The man behind TABOR, Douglas Bruce.
TBS via YouTube

3. Fix TABOR
There will never be a better time to address one of the most damaging pieces of legislation in Colorado history than right now. TABOR, especially in unintended partnership with the Gallagher Amendment, has strangled the prosperity of the state even in the best of times and has made us far less able to weather the worst. Colorado is the twelfth-richest state in the union, but is 42nd in how much it spends per student for education. And that’s only one example of a plethora of failures that restrict the quality of life of Colorado residents by refusing to pay for the things that make life, liberty and the pursuit of happiness possible.

4. Actually Fix the Damn Roads — and Pay for It With Real Damn Money
For real — not the cynical ploy by Jon Caldara, who claims his losing ballot proposition “won” by helping to defeat Proposition 110, which would have increased state taxes by .62 percent in order to pay for road, traffic and safety improvements sorely needed by everyone in Colorado who uses the roads (so: everyone). Caldara’s proposal also sought to fix the roads but didn’t want to pay for repairs up front, guessing that there’d be a huge windfall of tax money as a result of the Trump tax plan. Funding dramatically overdue infrastructure issues isn’t something we should be playing politics with, and while no one loves tax increases, Colorado should strive to support actual, real-world solutions, even when they’re sometimes inconvenient.

Democrat Jason Crow (left) defeated Republican Mike Coffman to represent Colorado's 6th Congressional District.
Democrat Jason Crow (left) defeated Republican Mike Coffman to represent Colorado's 6th Congressional District.

5. Support Pot
Colorado Senator Cory Gardner tried to protect states with legal marijuana laws on the federal level in late 2018, in part because the state needs it, and in part because Gardner is beginning his re-election campaign for 2020 and has to be able to point to something he did, or at least tried to do, while in Washington. But Senate Judiciary Committee Chairman Chuck Grassley was having none of it, making the point that such legislation deserved its own debate on the Senate floor. Colorado’s legislature may not be able to directly influence such proposals, but they can certainly protect the interests of the industry on a state level and maintain pressure on representatives (especially Gardner) to codify some of the safeguards that would mainstream the marijuana industry and maximize its financial impact on state coffers.

6. Honor Y and Z
The other thing that voters did back in November 2018, aside from putting Democrats firmly in charge, was to approve two ballot initiatives that were created to combat gerrymandering in the state. Amendments Y and Z were huge steps in state politics and another way in which Colorado is leading a national political conversation. Now that Democrats are in control of essentially all of state government, it would be relatively simple to undermine the good intentions of Y and Z in favor of making Colorado more blue-friendly in years to come. Resist this urge, Dems. Doing so is not only the right thing to do, it also satisfies the people who elected you. And that needs to mean something again.

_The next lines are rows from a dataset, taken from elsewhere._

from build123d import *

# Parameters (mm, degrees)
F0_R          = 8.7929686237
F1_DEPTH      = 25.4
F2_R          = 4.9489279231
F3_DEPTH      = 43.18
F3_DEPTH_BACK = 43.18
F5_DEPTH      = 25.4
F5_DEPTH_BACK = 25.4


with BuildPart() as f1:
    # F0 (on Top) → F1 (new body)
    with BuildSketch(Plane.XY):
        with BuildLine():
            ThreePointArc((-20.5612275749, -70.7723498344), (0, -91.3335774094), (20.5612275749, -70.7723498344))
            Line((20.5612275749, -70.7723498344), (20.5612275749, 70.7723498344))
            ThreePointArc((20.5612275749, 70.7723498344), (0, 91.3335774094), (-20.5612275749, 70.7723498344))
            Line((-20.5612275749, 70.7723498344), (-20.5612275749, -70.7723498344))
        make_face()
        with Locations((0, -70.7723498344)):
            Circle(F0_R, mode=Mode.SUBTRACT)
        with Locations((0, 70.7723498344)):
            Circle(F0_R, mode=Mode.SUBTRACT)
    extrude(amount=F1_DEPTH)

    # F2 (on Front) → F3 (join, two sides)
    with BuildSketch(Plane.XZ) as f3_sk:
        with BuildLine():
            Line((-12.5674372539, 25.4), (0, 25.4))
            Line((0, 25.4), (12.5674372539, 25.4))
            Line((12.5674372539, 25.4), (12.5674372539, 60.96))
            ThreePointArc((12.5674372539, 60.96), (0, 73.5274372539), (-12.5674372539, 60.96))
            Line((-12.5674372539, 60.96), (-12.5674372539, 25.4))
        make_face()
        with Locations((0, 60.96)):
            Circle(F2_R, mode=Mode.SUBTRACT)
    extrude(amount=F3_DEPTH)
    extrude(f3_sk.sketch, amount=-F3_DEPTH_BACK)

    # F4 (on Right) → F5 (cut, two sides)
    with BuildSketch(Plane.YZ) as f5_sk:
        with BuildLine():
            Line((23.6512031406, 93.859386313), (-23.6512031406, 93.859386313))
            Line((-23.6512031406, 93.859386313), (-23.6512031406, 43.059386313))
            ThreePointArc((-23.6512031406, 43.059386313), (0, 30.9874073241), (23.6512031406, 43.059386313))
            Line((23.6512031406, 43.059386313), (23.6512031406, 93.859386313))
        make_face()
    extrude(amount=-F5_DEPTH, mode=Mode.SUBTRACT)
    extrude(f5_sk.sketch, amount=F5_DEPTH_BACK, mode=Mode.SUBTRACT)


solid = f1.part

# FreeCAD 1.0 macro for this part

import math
import FreeCAD as App
import Part
import Sketcher

V = App.Vector
Q = App.Units.Quantity

doc = App.newDocument("Part")
body = doc.addObject("PartDesign::Body", "Body")

sketch1 = body.newObject("Sketcher::SketchObject", "Sketch")
sketch1.AttachmentSupport = (doc.getObject("XY_Plane"), [""])
sketch1.MapMode = "FlatFace"
sketch1.addGeometry(Part.ArcOfCircle(Part.Circle(V(0, -70.77235, 0), V(0, 0, 1), 20.561228), math.radians(180), math.radians(360)), False)
sketch1.addGeometry(Part.LineSegment(V(20.561228, -70.77235, 0), V(20.561228, 70.77235, 0)), False)
sketch1.addGeometry(Part.ArcOfCircle(Part.Circle(V(0, 70.77235, 0), V(0, 0, 1), 20.561228), math.radians(0), math.radians(180)), False)
sketch1.addGeometry(Part.LineSegment(V(-20.561228, 70.77235, 0), V(-20.561228, -70.77235, 0)), False)
sketch1.addGeometry(Part.Circle(V(0, -70.77235, 0), V(0, 0, 1), 8.792969), False)
sketch1.addGeometry(Part.Circle(V(0, 70.77235, 0), V(0, 0, 1), 8.792969), False)
sketch1.addConstraint(Sketcher.Constraint("Tangent", 0, 2, 1, 1))
sketch1.addConstraint(Sketcher.Constraint("Tangent", 1, 2, 2, 1))
sketch1.addConstraint(Sketcher.Constraint("Tangent", 2, 2, 3, 1))
sketch1.addConstraint(Sketcher.Constraint("Tangent", 3, 2, 0, 1))
sketch1.addConstraint(Sketcher.Constraint("Vertical", 1))
sketch1.addConstraint(Sketcher.Constraint("Vertical", 3))
sketch1.addConstraint(Sketcher.Constraint("Coincident", 4, 3, 0, 3))
sketch1.addConstraint(Sketcher.Constraint("Coincident", 5, 3, 2, 3))
sketch1.addConstraint(Sketcher.Constraint("Equal", 4, 5))
sketch1.addConstraint(Sketcher.Constraint("Symmetric", 0, 3, 2, 3, -1, 1))
sketch1.addConstraint(Sketcher.Constraint("Diameter", 4, 17.585937))
sketch1.addConstraint(Sketcher.Constraint("DistanceY", 1, 1, 1, 2, 141.5447))
sketch1.addConstraint(Sketcher.Constraint("Radius", 0, 20.561228))
pad1 = body.newObject("PartDesign::Pad", "Pad")
pad1.Profile = sketch1
pad1.Length = Q("1 in")

sketch2 = body.newObject("Sketcher::SketchObject", "Sketch001")
sketch2.AttachmentSupport = (doc.getObject("XZ_Plane"), [""])
sketch2.MapMode = "FlatFace"
sketch2.addGeometry(Part.LineSegment(V(-12.567437, 25.4, 0), V(12.567437, 25.4, 0)), False)
sketch2.addGeometry(Part.LineSegment(V(12.567437, 25.4, 0), V(12.567437, 60.96, 0)), False)
sketch2.addGeometry(Part.ArcOfCircle(Part.Circle(V(0, 60.96, 0), V(0, 0, 1), 12.567437), math.radians(0), math.radians(180)), False)
sketch2.addGeometry(Part.LineSegment(V(-12.567437, 60.96, 0), V(-12.567437, 25.4, 0)), False)
sketch2.addGeometry(Part.Circle(V(0, 60.96, 0), V(0, 0, 1), 4.948928), False)
sketch2.addConstraint(Sketcher.Constraint("Coincident", 0, 2, 1, 1))
sketch2.addConstraint(Sketcher.Constraint("Tangent", 1, 2, 2, 1))
sketch2.addConstraint(Sketcher.Constraint("Tangent", 2, 2, 3, 1))
sketch2.addConstraint(Sketcher.Constraint("Coincident", 3, 2, 0, 1))
sketch2.addConstraint(Sketcher.Constraint("Horizontal", 0))
sketch2.addConstraint(Sketcher.Constraint("Vertical", 1))
sketch2.addConstraint(Sketcher.Constraint("Vertical", 3))
sketch2.addConstraint(Sketcher.Constraint("Coincident", 4, 3, 2, 3))
sketch2.addConstraint(Sketcher.Constraint("PointOnObject", 2, 3, -2))
sketch2.addConstraint(Sketcher.Constraint("DistanceY", 1, 1, 1, 2, Q("1.4 in")))
sketch2.addConstraint(Sketcher.Constraint("DistanceY", -1, 1, 0, 2, Q("1 in")))
sketch2.addConstraint(Sketcher.Constraint("Diameter", 4, 9.897856))
sketch2.addConstraint(Sketcher.Constraint("Radius", 2, 12.567437))
pad2 = body.newObject("PartDesign::Pad", "Pad001")
pad2.Profile = sketch2
pad2.Type = "TwoLengths"
pad2.Length = Q("1.7 in")
pad2.Length2 = Q("1.7 in")

sketch3 = body.newObject("Sketcher::SketchObject", "Sketch002")
sketch3.AttachmentSupport = (doc.getObject("YZ_Plane"), [""])
sketch3.MapMode = "FlatFace"
sketch3.addGeometry(Part.LineSegment(V(23.651203, 93.859386, 0), V(-23.651203, 93.859386, 0)), False)
sketch3.addGeometry(Part.LineSegment(V(-23.651203, 93.859386, 0), V(-23.651203, 43.059386, 0)), False)
sketch3.addGeometry(Part.ArcOfCircle(Part.Circle(V(0, 60.191902, 0), V(0, 0, 1), 29.204494), math.radians(-144.081089), math.radians(-35.918911)), False)
sketch3.addGeometry(Part.LineSegment(V(23.651203, 43.059386, 0), V(23.651203, 93.859386, 0)), False)
sketch3.addConstraint(Sketcher.Constraint("Coincident", 0, 2, 1, 1))
sketch3.addConstraint(Sketcher.Constraint("Coincident", 1, 2, 2, 1))
sketch3.addConstraint(Sketcher.Constraint("Coincident", 2, 2, 3, 1))
sketch3.addConstraint(Sketcher.Constraint("Coincident", 3, 2, 0, 1))
sketch3.addConstraint(Sketcher.Constraint("Horizontal", 0))
sketch3.addConstraint(Sketcher.Constraint("Vertical", 1))
sketch3.addConstraint(Sketcher.Constraint("Vertical", 3))
sketch3.addConstraint(Sketcher.Constraint("Symmetric", 1, 2, 2, 2, -2))
sketch3.addConstraint(Sketcher.Constraint("DistanceY", 1, 2, 1, 1, Q("2 in")))
sketch3.addConstraint(Sketcher.Constraint("Radius", 2, 29.204494))
sketch3.addConstraint(Sketcher.Constraint("DistanceY", -1, 1, 2, 3, 60.191902))
sketch3.addConstraint(Sketcher.Constraint("DistanceX", 0, 2, 0, 1, 47.302406))
pocket1 = body.newObject("PartDesign::Pocket", "Pocket")
pocket1.Profile = sketch3
pocket1.Type = "ThroughAll"
pocket1.Midplane = True

doc.recompute()
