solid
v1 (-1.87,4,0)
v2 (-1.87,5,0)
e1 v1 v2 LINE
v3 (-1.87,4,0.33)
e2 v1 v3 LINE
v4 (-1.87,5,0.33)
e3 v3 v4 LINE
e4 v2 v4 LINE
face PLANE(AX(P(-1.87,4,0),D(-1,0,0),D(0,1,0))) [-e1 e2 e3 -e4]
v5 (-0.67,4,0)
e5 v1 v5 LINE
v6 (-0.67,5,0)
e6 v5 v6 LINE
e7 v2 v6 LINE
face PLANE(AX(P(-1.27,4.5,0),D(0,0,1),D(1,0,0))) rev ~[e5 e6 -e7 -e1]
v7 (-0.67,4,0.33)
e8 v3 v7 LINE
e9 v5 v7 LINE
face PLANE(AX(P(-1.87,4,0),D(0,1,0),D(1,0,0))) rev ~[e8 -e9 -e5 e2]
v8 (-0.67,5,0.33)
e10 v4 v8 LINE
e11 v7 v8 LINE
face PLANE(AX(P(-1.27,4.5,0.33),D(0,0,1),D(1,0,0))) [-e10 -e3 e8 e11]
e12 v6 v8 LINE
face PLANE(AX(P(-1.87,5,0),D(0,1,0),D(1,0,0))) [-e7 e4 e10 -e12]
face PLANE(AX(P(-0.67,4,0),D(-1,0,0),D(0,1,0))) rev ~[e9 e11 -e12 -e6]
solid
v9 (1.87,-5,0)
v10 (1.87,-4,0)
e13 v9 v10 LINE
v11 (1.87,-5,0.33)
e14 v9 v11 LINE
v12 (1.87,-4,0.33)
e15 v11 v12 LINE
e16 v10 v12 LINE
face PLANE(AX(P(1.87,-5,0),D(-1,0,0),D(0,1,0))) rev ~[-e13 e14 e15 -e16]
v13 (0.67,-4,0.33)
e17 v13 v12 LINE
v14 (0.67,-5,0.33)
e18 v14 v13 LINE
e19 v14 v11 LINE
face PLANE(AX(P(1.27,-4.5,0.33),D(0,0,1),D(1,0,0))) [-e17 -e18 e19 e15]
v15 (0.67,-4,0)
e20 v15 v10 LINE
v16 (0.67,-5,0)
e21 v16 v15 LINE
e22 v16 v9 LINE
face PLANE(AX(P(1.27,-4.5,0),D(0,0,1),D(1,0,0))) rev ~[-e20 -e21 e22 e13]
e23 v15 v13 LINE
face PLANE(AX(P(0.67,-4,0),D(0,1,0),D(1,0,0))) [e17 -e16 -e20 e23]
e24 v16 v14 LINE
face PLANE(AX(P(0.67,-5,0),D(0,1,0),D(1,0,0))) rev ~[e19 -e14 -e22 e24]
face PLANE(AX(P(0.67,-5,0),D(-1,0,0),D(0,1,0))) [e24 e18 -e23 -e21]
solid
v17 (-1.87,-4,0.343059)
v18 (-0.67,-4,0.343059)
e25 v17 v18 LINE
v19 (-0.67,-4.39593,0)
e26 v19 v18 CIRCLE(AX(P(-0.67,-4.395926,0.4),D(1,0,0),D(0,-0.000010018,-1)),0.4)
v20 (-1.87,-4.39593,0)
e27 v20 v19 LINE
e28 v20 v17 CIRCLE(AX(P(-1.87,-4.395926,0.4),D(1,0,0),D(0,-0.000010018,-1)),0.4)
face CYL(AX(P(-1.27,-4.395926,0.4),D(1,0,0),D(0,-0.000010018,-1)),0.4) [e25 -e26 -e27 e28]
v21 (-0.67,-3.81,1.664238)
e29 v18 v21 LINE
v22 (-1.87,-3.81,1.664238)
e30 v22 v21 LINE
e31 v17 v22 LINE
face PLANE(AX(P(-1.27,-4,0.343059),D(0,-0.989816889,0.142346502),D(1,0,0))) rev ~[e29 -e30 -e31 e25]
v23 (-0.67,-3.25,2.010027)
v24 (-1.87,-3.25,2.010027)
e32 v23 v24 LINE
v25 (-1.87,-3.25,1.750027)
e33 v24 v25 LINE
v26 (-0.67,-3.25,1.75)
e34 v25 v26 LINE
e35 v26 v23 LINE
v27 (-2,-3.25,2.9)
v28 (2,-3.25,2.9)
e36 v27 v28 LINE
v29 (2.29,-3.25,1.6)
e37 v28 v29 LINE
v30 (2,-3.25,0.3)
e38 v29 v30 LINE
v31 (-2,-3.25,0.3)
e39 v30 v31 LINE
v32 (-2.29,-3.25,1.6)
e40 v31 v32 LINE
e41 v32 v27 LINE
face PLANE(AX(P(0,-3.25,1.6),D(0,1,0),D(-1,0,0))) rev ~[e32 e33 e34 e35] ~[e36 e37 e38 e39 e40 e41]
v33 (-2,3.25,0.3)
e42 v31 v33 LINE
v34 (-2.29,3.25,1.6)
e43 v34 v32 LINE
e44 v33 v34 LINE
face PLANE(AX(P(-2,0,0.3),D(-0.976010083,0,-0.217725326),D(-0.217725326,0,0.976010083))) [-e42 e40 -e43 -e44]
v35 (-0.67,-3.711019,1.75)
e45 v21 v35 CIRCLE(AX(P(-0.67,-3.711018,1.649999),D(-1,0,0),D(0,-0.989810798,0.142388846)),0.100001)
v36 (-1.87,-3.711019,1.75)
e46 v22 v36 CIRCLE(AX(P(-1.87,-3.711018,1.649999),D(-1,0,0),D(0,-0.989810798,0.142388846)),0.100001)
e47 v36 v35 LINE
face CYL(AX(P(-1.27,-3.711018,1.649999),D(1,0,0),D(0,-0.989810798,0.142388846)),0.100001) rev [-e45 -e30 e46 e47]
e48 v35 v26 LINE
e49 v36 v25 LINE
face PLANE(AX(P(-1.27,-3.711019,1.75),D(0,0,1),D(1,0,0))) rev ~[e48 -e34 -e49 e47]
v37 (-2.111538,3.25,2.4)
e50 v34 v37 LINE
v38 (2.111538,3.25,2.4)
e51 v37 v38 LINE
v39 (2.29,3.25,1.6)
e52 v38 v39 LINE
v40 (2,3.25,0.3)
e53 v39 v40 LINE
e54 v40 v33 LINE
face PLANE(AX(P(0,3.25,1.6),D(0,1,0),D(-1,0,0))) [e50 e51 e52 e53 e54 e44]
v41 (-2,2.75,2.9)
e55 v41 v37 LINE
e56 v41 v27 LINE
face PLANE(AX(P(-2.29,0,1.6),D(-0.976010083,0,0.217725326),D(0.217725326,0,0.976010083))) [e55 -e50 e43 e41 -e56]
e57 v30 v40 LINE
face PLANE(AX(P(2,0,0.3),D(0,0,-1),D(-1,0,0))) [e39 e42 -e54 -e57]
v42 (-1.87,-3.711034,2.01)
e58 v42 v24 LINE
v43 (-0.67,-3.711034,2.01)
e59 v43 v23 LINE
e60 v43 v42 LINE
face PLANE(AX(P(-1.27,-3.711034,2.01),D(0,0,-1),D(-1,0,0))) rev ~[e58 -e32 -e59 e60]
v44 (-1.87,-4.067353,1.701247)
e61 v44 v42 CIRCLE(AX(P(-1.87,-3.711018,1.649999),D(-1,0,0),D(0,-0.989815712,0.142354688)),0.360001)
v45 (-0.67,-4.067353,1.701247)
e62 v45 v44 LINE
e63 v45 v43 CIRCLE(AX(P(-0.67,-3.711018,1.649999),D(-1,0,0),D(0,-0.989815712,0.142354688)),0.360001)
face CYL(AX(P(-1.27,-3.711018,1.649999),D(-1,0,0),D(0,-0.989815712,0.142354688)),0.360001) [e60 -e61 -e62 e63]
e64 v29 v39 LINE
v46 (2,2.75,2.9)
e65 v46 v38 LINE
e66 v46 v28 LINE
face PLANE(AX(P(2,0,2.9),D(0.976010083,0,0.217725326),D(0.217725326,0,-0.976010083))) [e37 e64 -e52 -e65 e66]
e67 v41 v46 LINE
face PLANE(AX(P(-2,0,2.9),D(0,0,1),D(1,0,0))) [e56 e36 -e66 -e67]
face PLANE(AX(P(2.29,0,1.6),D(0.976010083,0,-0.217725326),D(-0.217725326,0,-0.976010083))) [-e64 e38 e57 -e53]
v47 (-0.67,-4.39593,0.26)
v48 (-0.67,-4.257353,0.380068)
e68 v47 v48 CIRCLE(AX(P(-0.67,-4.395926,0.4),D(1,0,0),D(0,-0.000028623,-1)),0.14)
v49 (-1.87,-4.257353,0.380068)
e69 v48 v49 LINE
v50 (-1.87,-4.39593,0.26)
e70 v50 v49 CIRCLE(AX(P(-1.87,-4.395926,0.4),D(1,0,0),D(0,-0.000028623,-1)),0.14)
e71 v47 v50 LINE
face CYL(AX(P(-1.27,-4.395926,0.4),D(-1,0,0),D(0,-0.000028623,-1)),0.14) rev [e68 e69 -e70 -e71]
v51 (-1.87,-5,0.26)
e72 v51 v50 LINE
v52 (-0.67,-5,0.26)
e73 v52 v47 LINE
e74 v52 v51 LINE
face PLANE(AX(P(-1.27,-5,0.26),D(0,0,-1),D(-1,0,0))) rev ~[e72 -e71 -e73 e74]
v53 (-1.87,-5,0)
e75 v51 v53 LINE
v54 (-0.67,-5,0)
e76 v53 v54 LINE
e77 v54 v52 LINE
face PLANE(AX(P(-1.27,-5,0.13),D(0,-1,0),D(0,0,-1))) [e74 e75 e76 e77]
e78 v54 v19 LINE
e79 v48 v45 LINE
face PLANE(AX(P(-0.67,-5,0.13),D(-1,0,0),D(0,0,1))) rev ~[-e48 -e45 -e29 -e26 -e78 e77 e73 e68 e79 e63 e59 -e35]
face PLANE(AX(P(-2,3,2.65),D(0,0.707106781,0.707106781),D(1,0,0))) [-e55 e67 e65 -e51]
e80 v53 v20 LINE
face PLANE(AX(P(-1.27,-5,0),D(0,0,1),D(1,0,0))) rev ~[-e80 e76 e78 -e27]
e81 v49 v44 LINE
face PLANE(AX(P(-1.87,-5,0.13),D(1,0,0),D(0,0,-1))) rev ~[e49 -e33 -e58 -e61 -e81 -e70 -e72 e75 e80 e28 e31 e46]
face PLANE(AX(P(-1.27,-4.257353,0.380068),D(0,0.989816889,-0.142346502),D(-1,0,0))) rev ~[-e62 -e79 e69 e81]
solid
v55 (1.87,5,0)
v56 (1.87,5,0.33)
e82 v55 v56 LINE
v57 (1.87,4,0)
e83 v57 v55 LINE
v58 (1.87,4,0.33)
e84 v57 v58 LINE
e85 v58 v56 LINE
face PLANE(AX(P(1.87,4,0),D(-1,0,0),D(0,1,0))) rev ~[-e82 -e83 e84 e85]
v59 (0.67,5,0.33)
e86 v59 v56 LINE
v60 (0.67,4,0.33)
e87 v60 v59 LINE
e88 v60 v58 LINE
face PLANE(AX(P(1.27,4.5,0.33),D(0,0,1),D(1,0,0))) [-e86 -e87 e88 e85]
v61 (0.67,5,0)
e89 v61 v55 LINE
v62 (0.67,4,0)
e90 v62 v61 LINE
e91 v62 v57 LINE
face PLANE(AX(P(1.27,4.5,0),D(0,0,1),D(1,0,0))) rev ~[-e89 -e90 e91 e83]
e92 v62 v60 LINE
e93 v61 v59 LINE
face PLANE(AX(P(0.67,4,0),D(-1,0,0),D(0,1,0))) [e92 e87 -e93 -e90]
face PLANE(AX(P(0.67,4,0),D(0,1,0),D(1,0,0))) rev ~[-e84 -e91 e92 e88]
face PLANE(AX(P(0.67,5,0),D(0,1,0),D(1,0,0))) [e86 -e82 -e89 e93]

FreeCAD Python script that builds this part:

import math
import FreeCAD as App
import Part
import Sketcher
from FreeCAD import Vector
Q = App.Units.Quantity


def edges_at(feature, points):
    """Names of the edges that pass closest to the given points."""
    edges = feature.Shape.Edges
    near = lambda p: min(range(len(edges)), key=lambda i: edges[i].distToShape(Part.Vertex(*p))[0])
    return sorted({f"Edge{near(p) + 1}" for p in points})

doc = App.newDocument("Part")
body = doc.addObject("PartDesign::Body", "Body")
body.AllowCompound = True

# Sketch on XY plane
sketch1 = body.newObject("Sketcher::SketchObject", "Sketch")
sketch1.AttachmentSupport = (doc.getObject("XY_Plane"), [""])
sketch1.MapMode = "FlatFace"
sketch1.addGeometry(Part.LineSegment(Vector(0.7, -4, 0), Vector(0.7, -5, 0)), False)
sketch1.addGeometry(Part.LineSegment(Vector(0.7, -5, 0), Vector(1.9, -5, 0)), False)
sketch1.addGeometry(Part.LineSegment(Vector(1.9, -5, 0), Vector(1.9, -4, 0)), False)
sketch1.addGeometry(Part.LineSegment(Vector(1.9, -4, 0), Vector(0.7, -4, 0)), False)
sketch1.addGeometry(Part.LineSegment(Vector(0.7, 5, 0), Vector(0.7, 4, 0)), False)
sketch1.addGeometry(Part.LineSegment(Vector(0.7, 4, 0), Vector(1.9, 4, 0)), False)
sketch1.addGeometry(Part.LineSegment(Vector(1.9, 4, 0), Vector(1.9, 5, 0)), False)
sketch1.addGeometry(Part.LineSegment(Vector(1.9, 5, 0), Vector(0.7, 5, 0)), False)
sketch1.addGeometry(Part.LineSegment(Vector(-1.9, 5, 0), Vector(-1.9, 4, 0)), False)
sketch1.addGeometry(Part.LineSegment(Vector(-1.9, 4, 0), Vector(-0.7, 4, 0)), False)
sketch1.addGeometry(Part.LineSegment(Vector(-0.7, 4, 0), Vector(-0.7, 5, 0)), False)
sketch1.addGeometry(Part.LineSegment(Vector(-0.7, 5, 0), Vector(-1.9, 5, 0)), False)
sketch1.addConstraint(Sketcher.Constraint("Coincident", 0, 2, 1, 1))
sketch1.addConstraint(Sketcher.Constraint("Coincident", 1, 2, 2, 1))
sketch1.addConstraint(Sketcher.Constraint("Coincident", 2, 2, 3, 1))
sketch1.addConstraint(Sketcher.Constraint("Coincident", 3, 2, 0, 1))
sketch1.addConstraint(Sketcher.Constraint("Coincident", 4, 2, 5, 1))
sketch1.addConstraint(Sketcher.Constraint("Coincident", 5, 2, 6, 1))
sketch1.addConstraint(Sketcher.Constraint("Coincident", 6, 2, 7, 1))
sketch1.addConstraint(Sketcher.Constraint("Coincident", 7, 2, 4, 1))
sketch1.addConstraint(Sketcher.Constraint("Coincident", 8, 2, 9, 1))
sketch1.addConstraint(Sketcher.Constraint("Coincident", 9, 2, 10, 1))
sketch1.addConstraint(Sketcher.Constraint("Coincident", 10, 2, 11, 1))
sketch1.addConstraint(Sketcher.Constraint("Coincident", 11, 2, 8, 1))
sketch1.addConstraint(Sketcher.Constraint("Vertical", 0))
sketch1.addConstraint(Sketcher.Constraint("Horizontal", 1))
sketch1.addConstraint(Sketcher.Constraint("Vertical", 2))
sketch1.addConstraint(Sketcher.Constraint("Horizontal", 3))
sketch1.addConstraint(Sketcher.Constraint("Vertical", 4))
sketch1.addConstraint(Sketcher.Constraint("Horizontal", 5))
sketch1.addConstraint(Sketcher.Constraint("Vertical", 6))
sketch1.addConstraint(Sketcher.Constraint("Horizontal", 7))
sketch1.addConstraint(Sketcher.Constraint("Vertical", 8))
sketch1.addConstraint(Sketcher.Constraint("Horizontal", 9))
sketch1.addConstraint(Sketcher.Constraint("Vertical", 10))
sketch1.addConstraint(Sketcher.Constraint("Horizontal", 11))
sketch1.addConstraint(Sketcher.Constraint("Symmetric", 2, 2, 8, 2, -1, 1))
sketch1.addConstraint(Sketcher.Constraint("Symmetric", 0, 2, 10, 2, -1, 1))
sketch1.addConstraint(Sketcher.Constraint("Symmetric", 5, 2, 8, 2, -2))
sketch1.addConstraint(Sketcher.Constraint("Symmetric", 7, 2, 10, 2, -2))
sketch1.addConstraint(Sketcher.Constraint("DistanceY", 0, 2, 0, 1, Q("1 mm")))
sketch1.addConstraint(Sketcher.Constraint("DistanceX", 1, 1, 1, 2, Q("1.2 mm")))
sketch1.addConstraint(Sketcher.Constraint("DistanceY", 0, 2, -1, 1, Q("5 mm")))
sketch1.addConstraint(Sketcher.Constraint("DistanceX", -1, 1, 0, 2, Q("0.67 mm")))
pad1 = body.newObject("PartDesign::Pad", "Pad")
pad1.Profile = sketch1
pad1.Length = 0.33
body2 = doc.addObject("PartDesign::Body", "Body001")

# Sketch on XZ plane
sketch2 = body2.newObject("Sketcher::SketchObject", "Sketch001")
sketch2.AttachmentSupport = (doc.getObject("XZ_Plane001"), [""])
sketch2.MapMode = "FlatFace"
sketch2.AttachmentOffset = App.Placement(Vector(0, 0, 5), App.Rotation())
sketch2.addGeometry(Part.LineSegment(Vector(-1.87, 0.26, 0), Vector(-1.87, 0, 0)), False)
sketch2.addGeometry(Part.LineSegment(Vector(-1.87, 0, 0), Vector(-0.67, 0, 0)), False)
sketch2.addGeometry(Part.LineSegment(Vector(-0.67, 0, 0), Vector(-0.67, 0.26, 0)), False)
sketch2.addGeometry(Part.LineSegment(Vector(-0.67, 0.26, 0), Vector(-1.87, 0.26, 0)), False)
sketch2.addConstraint(Sketcher.Constraint("Coincident", 0, 2, 1, 1))
sketch2.addConstraint(Sketcher.Constraint("Coincident", 1, 2, 2, 1))
sketch2.addConstraint(Sketcher.Constraint("Coincident", 2, 2, 3, 1))
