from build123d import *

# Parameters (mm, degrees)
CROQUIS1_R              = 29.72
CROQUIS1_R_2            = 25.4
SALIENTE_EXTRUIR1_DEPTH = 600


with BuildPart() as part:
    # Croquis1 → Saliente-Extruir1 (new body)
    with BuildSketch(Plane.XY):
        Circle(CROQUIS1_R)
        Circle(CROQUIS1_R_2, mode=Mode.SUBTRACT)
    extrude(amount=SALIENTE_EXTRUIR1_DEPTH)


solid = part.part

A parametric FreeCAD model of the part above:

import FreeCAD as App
import Part
import Sketcher

doc = App.newDocument("Part")
body = doc.addObject("PartDesign::Body", "Body")

# Sketch on XY plane
sketch1 = doc.addObject("Sketcher::SketchObject", "Sketch")
body.addObject(sketch1)
sketch1.AttachmentSupport = (doc.XY_Plane, [""])
sketch1.MapMode = "FlatFace"
sketch1.addGeometry(Part.Circle(App.Vector(0, 0, 0), App.Vector(0, 0, 1), 30), False)
sketch1.addGeometry(Part.Circle(App.Vector(0, 0, 0), App.Vector(0, 0, 1), 25), False)
sketch1.addConstraint(Sketcher.Constraint("Coincident", 0, 3, -1, 1))
sketch1.addConstraint(Sketcher.Constraint("Coincident", 1, 3, -1, 1))
sketch1.addConstraint(Sketcher.Constraint("Diameter", 1, 50.8))
sketch1.addConstraint(Sketcher.Constraint("Diameter", 0, 59.44))
pad1 = doc.addObject("PartDesign::Pad", "Pad")
body.addObject(pad1)
pad1.Profile = sketch1
pad1.Length = 600

doc.recompute()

Democrats had lots of reasons to clap in 2018.
Democrats had lots of reasons to clap in 2018.
Conor McCormick-Cavanagh

7. Fulfill Your Promises
Democrats were given a mandate in the midterms, mainly because of the big issues like education and health care. There has to be action on both these fronts, and much more of it, in order for this next political era in Colorado to be considered successful. It’s a tall order — health care perhaps most pointedly, seeing as how it’s both a national and a state issue that pretty much everyone agrees is of massive importance. Of course, it’s not enough to just walk the talk; Democrats also have to be respectful of the other side of the aisle and those Coloradans who voted red. Being elected to public office is an invitation to statesmanship. The challenge to every politician is the same: Live up to it.